A stroke is a “brain attack” that happens when a part of the brain experiences a problem with blood flow. This disruption in blood flow cuts off the supply of oxygen to the cells in that part of the brain, and these cells begin to die. Damage to the brain can cause loss of speech, vision, or movement in an arm or leg, depending on the part of the brain that is affected.
Stroke is the major form of Cerebrovascular Disease, or CVD, a term that sometimes is used interchangeably with stroke.
Different strokes and their treatments
If the stroke is caused by a blood clot (ischemia), then thrombolytics (TPA - Tissue Plasminogen Activator) within three hours of stroke onset gives the best chance of recovery.

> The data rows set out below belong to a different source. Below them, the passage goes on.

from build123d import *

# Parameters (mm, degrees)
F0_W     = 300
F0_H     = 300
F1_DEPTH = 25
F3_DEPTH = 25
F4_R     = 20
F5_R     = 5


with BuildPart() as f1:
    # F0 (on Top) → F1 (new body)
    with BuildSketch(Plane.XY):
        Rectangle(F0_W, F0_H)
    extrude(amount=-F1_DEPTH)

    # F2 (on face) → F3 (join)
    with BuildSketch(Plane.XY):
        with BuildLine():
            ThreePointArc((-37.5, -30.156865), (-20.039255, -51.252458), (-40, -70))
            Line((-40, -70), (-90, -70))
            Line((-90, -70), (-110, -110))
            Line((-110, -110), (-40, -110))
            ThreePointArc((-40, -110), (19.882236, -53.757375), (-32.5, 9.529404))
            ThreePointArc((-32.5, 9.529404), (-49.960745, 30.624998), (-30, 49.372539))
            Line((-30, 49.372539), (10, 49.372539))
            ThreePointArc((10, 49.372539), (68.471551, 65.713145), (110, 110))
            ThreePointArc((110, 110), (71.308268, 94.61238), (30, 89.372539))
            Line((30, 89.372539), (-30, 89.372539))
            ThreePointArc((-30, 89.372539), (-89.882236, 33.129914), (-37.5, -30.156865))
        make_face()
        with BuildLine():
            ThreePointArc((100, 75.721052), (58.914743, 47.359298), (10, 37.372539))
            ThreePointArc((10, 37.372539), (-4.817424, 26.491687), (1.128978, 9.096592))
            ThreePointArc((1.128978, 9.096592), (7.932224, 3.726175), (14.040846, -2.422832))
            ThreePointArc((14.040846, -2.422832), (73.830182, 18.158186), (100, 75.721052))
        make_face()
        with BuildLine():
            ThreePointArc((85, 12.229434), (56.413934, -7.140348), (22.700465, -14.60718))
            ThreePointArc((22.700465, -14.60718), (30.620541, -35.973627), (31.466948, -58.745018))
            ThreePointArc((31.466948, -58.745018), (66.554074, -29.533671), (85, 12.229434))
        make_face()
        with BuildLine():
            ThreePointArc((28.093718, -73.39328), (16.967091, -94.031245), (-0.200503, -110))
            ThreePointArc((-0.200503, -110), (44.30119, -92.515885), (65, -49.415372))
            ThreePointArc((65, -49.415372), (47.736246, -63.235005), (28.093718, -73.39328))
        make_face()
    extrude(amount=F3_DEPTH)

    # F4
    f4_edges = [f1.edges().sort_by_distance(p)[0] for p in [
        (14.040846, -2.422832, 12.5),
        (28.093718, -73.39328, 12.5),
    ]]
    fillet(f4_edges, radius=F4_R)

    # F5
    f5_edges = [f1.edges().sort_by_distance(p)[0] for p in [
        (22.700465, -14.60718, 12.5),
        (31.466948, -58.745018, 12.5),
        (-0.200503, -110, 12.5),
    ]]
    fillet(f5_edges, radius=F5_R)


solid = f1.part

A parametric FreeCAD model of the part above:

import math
import FreeCAD as App
import Part
import Sketcher
Q = App.Units.Quantity


def edges_at(feature, points):
    """Names of the edges that pass closest to the given points."""
    edges = feature.Shape.Edges
    near = lambda p: min(range(len(edges)), key=lambda i: edges[i].distToShape(Part.Vertex(*p))[0])
    return sorted({f"Edge{near(p) + 1}" for p in points})

doc = App.newDocument("Part")
body = doc.addObject("PartDesign::Body", "Body")

sketch1 = doc.addObject("Sketcher::SketchObject", "Sketch")
body.addObject(sketch1)
sketch1.AttachmentSupport = (doc.XY_Plane, [""])
sketch1.MapMode = "FlatFace"
sketch1.addGeometry([
    Part.LineSegment(App.Vector(-150, 150, 0), App.Vector(-150, -150, 0)),
    Part.LineSegment(App.Vector(-150, -150, 0), App.Vector(150, -150, 0)),
    Part.LineSegment(App.Vector(150, -150, 0), App.Vector(150, 150, 0)),
    Part.LineSegment(App.Vector(150, 150, 0), App.Vector(-150, 150, 0)),
], False)
sketch1.addConstraint([
    Sketcher.Constraint("Coincident", 0, 2, 1, 1),
    Sketcher.Constraint("Coincident", 1, 2, 2, 1),
    Sketcher.Constraint("Coincident", 2, 2, 3, 1),
    Sketcher.Constraint("Coincident", 3, 2, 0, 1),
    Sketcher.Constraint("Vertical", 0),
    Sketcher.Constraint("Horizontal", 1),
    Sketcher.Constraint("Vertical", 2),
    Sketcher.Constraint("Horizontal", 3),
    Sketcher.Constraint("Symmetric", 0, 2, 2, 2, -1, 1),
    Sketcher.Constraint("Equal", 3, 0),
    Sketcher.Constraint("DistanceX", 1, 1, 1, 2, Q("300 mm")),
])
pad1 = doc.addObject("PartDesign::Pad", "Pad")
body.addObject(pad1)
pad1.Profile = sketch1
pad1.Length = 25
pad1.Reversed = True

sketch2 = doc.addObject("Sketcher::SketchObject", "Sketch001")
body.addObject(sketch2)
sketch2.AttachmentSupport = (doc.XY_Plane, [""])
sketch2.MapMode = "FlatFace"
sketch2.addGeometry([
    Part.ArcOfCircle(Part.Circle(App.Vector(-40, -50, 0), App.Vector(0, 0, 1), 20), math.radians(-89.999999), math.radians(82.819243)),
    Part.LineSegment(App.Vector(-40, -70, 0), App.Vector(-90, -70, 0)),
    Part.LineSegment(App.Vector(-90, -70, 0), App.Vector(-110, -110, 0)),
    Part.LineSegment(App.Vector(-110, -110, 0), App.Vector(-40, -110, 0)),
    Part.ArcOfCircle(Part.Circle(App.Vector(-39.999999, -50, 0), App.Vector(0, 0, 1), 60), math.radians(-90.000001), math.radians(82.819245)),
    Part.ArcOfCircle(Part.Circle(App.Vector(-30, 29.372539, 0), App.Vector(0, 0, 1), 20), math.radians(90.000001), math.radians(262.819244)),
    Part.LineSegment(App.Vector(-30, 49.372539, 0), App.Vector(10, 49.372539, 0)),
    Part.ArcOfCircle(Part.Circle(App.Vector(9.999999, 162.15715, 0), App.Vector(0, 0, 1), 112.784611), math.radians(-90), math.radians(-27.545261)),
    Part.ArcOfCircle(Part.Circle(App.Vector(29.999994, 254.819295, 0), App.Vector(0, 0, 1), 165.446756), math.radians(-89.999998), math.radians(-61.083186)),
    Part.LineSegment(App.Vector(30, 89.372539, 0), App.Vector(-30, 89.372539, 0)),
    Part.ArcOfCircle(Part.Circle(App.Vector(-30.000001, 29.372539, 0), App.Vector(0, 0, 1), 60), math.radians(89.999999), math.radians(262.819245)),
    Part.ArcOfCircle(Part.Circle(App.Vector(9.999996, 162.157158, 0), App.Vector(0, 0, 1), 124.784619), math.radians(-89.999998), math.radians(-43.842819)),
    Part.ArcOfCircle(Part.Circle(App.Vector(10, 21.843011, 0), App.Vector(0, 0, 1), 15.529528), math.radians(89.999999), math.radians(235.163555)),
    Part.ArcOfCircle(Part.Circle(App.Vector(-40.000006, -50.000003, 0), App.Vector(0, 0, 1), 72.000006), math.radians(41.360455), math.radians(55.163551)),
    Part.ArcOfCircle(Part.Circle(App.Vector(20.01666, 77.353667, 0), App.Vector(0, 0, 1), 80.000001), math.radians(-94.283851), math.radians(-1.169356)),
    Part.ArcOfCircle(Part.Circle(App.Vector(20.016658, 77.353672, 0), App.Vector(0, 0, 1), 92.000006), math.radians(-88.328341), math.radians(-45.062047)),
    Part.ArcOfCircle(Part.Circle(App.Vector(-40.000008, -50.000001, 0), App.Vector(0, 0, 1), 72.000008), math.radians(-6.976287), math.radians(29.443622)),
    Part.ArcOfCircle(Part.Circle(App.Vector(-13.282454, 30.683673, 0), App.Vector(0, 0, 1), 99.999999), math.radians(-63.416983), math.radians(-10.634454)),
    Part.ArcOfCircle(Part.Circle(App.Vector(-39.999998, -50.000002, 0), App.Vector(0, 0, 1), 71.999997), math.radians(-56.442691), math.radians(-18.95992)),
    Part.ArcOfCircle(Part.Circle(App.Vector(-0.200503, -44.623658, 0), App.Vector(0, 0, 1), 65.376342), math.radians(-90), math.radians(-4.203224)),
    Part.ArcOfCircle(Part.Circle(App.Vector(-13.282438, 30.683645, 0), App.Vector(0, 0, 1), 111.999967), math.radians(-68.319527), math.radians(-45.657133)),
], False)
sketch2.addConstraint([
    Sketcher.Constraint("Coincident", 0, 1, 1, 1),
    Sketcher.Constraint("Coincident", 1, 2, 2, 1),
    Sketcher.Constraint("Coincident", 2, 2, 3, 1),
    Sketcher.Constraint("Coincident", 3, 2, 4, 1),
    Sketcher.Constraint("Coincident", 4, 2, 5, 2),
    Sketcher.Constraint("Coincident", 5, 1, 6, 1),
    Sketcher.Constraint("Coincident", 6, 2, 7, 1),
    Sketcher.Constraint("Coincident", 7, 2, 8, 2),
    Sketcher.Constraint("Coincident", 8, 1, 9, 1),
    Sketcher.Constraint("Coincident", 9, 2, 10, 1),
    Sketcher.Constraint("Coincident", 10, 2, 0, 2),
    Sketcher.Constraint("Coincident", 11, 1, 12, 1),
    Sketcher.Constraint("Coincident", 12, 2, 13, 2),
    Sketcher.Constraint("Coincident", 13, 1, 14, 1),
    Sketcher.Constraint("Coincident", 14, 2, 11, 2),
    Sketcher.Constraint("Coincident", 15, 1, 16, 2),
    Sketcher.Constraint("Coincident", 16, 1, 17, 1),
    Sketcher.Constraint("Coincident", 17, 2, 15, 2),
    Sketcher.Constraint("Coincident", 18, 1, 19, 1),
    Sketcher.Constraint("Coincident", 19, 2, 20, 2),
    Sketcher.Constraint("Coincident", 20, 1, 18, 2),
    Sketcher.Constraint("Horizontal", 1),
    Sketcher.Constraint("Horizontal", 3),
    Sketcher.Constraint("Horizontal", 6),
    Sketcher.Constraint("Horizontal", 9),
    Sketcher.Constraint("Coincident", 4, 3, 0, 3),
    Sketcher.Constraint("Coincident", 10, 3, 5, 3),
    Sketcher.Constraint("Coincident", 11, 3, 7, 3),
    Sketcher.Constraint("Coincident", 13, 3, 0, 3),
    Sketcher.Constraint("Coincident", 15, 3, 14, 3),
    Sketcher.Constraint("Coincident", 16, 3, 0, 3),
    Sketcher.Constraint("Coincident", 18, 3, 0, 3),
    Sketcher.Constraint("Radius", 0, Q("20 mm")),
    Sketcher.Constraint("Radius", 4, Q("60 mm")),
    Sketcher.Constraint("Radius", 5, Q("20 mm")),
    Sketcher.Constraint("Radius", 14, Q("80.000001 mm")),
    Sketcher.Constraint("Radius", 17, Q("99.999999 mm")),
    Sketcher.Constraint("DistanceX", 1, 2, 1, 1, Q("50 mm")),
    Sketcher.Constraint("DistanceX", 3, 1, 3, 2, Q("70 mm")),
    Sketcher.Constraint("DistanceX", 6, 1, 6, 2, Q("40 mm")),
    Sketcher.Constraint("DistanceX", 9, 2, 9, 1, Q("60 mm")),
    Sketcher.Constraint("DistanceX", 0, 3, -1, 1, Q("40 mm")),
    Sketcher.Constraint("DistanceY", 0, 3, -1, 1, Q("50 mm")),
    Sketcher.Constraint("DistanceX", 5, 3, -1, 1, Q("30 mm")),
    Sketcher.Constraint("DistanceX", -1, 1, 7, 3, Q("9.999999 mm")),
    Sketcher.Constraint("DistanceX", -1, 1, 12, 3, Q("10 mm")),
    Sketcher.Constraint("DistanceX", 0, 1, -1, 1, Q("40 mm")),
    Sketcher.Constraint("DistanceX", 2, 2, -1, 1, Q("110 mm")),
    Sketcher.Constraint("DistanceX", 5, 1, -1, 1, Q("30 mm")),
    Sketcher.Constraint("DistanceX", -1, 1, 7, 2, Q("110 mm")),
    Sketcher.Constraint("DistanceY", -1, 1, 7, 2, Q("110 mm")),
    Sketcher.Constraint("DistanceX", -1, 1, 8, 1, Q("30 mm")),
    Sketcher.Constraint("DistanceX", -1, 1, 11, 1, Q("10 mm")),
    Sketcher.Constraint("DistanceX", -1, 1, 14, 2, Q("100 mm")),
    Sketcher.Constraint("DistanceX", -1, 1, 17, 2, Q("85 mm")),
    Sketcher.Constraint("DistanceY", 18, 1, -1, 1, Q("110 mm")),
    Sketcher.Constraint("DistanceX", -1, 1, 19, 2, Q("65 mm")),
    Sketcher.Constraint("DistanceX", 11, 3, 8, 3, Q("19.999999 mm")),
    Sketcher.Constraint("DistanceY", 11, 1, 6, 2, Q("12 mm")),
    Sketcher.Constraint("DistanceX", 4, 2, -1, 1, Q("32.5 mm")),
    Sketcher.Constraint("DistanceX", 10, 2, -1, 1, Q("37.5 mm")),
    Sketcher.Constraint("DistanceY", 17, 3, 15, 3, Q("46.669999 mm")),
    Sketcher.Constraint("Radius", 12, Q("15.529528 mm")),
    Sketcher.Constraint("Radius", 15, Q("92.000006 mm")),
    Sketcher.Constraint("Radius", 16, Q("72.000008 mm")),
    Sketcher.Constraint("Radius", 18, Q("71.999997 mm")),
    Sketcher.Constraint("Radius", 19, Q("65.376342 mm")),
    Sketcher.Constraint("Radius", 20, Q("111.999967 mm")),
    Sketcher.Constraint("DistanceX", 17, 3, 13, 1, Q("27.3233 mm")),
    Sketcher.Constraint("DistanceY", 20, 1, 15, 1, Q("58.7861 mm")),
    Sketcher.Constraint("DistanceY", -1, 1, 12, 2, Q("9.096592 mm")),
    Sketcher.Constraint("DistanceY", 4, 2, 20, 3, Q("21.154241 mm")),
])
pad2 = doc.addObject("PartDesign::Pad", "Pad001")
body.addObject(pad2)
pad2.Profile = sketch2
pad2.Length = 25
doc.recompute()

fillet = doc.addObject("PartDesign::Fillet", "Fillet")
body.addObject(fillet)
fillet.Base = (pad2, edges_at(pad2, [(14.041, -2.423, 12.5), (28.094, -73.393, 12.5)]))
fillet.Radius = 20
doc.recompute()

fillet2 = doc.addObject("PartDesign::Fillet", "Fillet001")
body.addObject(fillet2)
fillet2.Base = (fillet, edges_at(fillet, [(22.7, -14.607, 12.5), (31.467, -58.745, 12.5), (-0.201, -110, 12.5)]))
fillet2.Radius = 5

doc.recompute()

If the stroke is caused by bleeding (haemorrhage), then thrombolytics will worsen the condition, so the correct diagnosis is required before proceeding to medical treatment.
In other circumstances, doctors prescribe blood thinners such as heparin and Coumadin to treat strokes due to blood clots. Aspirin may also be used.
The physiotherapist’s role
Physiotherapists rehabilitate the patient with different techniques. They also teach home exercise programmes after the patient makes a considerable recovery. Physiotherapists check which muscles still have some power and check whether the patient is utilizing that muscle in functional movement and if not, teach him/ her how to use it.
If the patient is already using that muscle, then they try to improve the patient’s quality of movement and include voluntary control exercise in their treatment. If necessary, they ask the patient to have a proper splint for a lower limb if involved.
They also check the patient’s daily activities and needs and recommend different tasks for them. Aerobic exercise is included to increase the patient’s endurance for it improves cognition and perception if affected. Physiotherapists identify a recreational activity that would appeal to the patient. Posture awareness training and gait training are also emphasized.
Physical therapy
In stroke literature, the most important question is recovery or compensation. Recovery after stroke always depends on the area of brain involvement, size of lesion, duration of getting treatment and many other factors.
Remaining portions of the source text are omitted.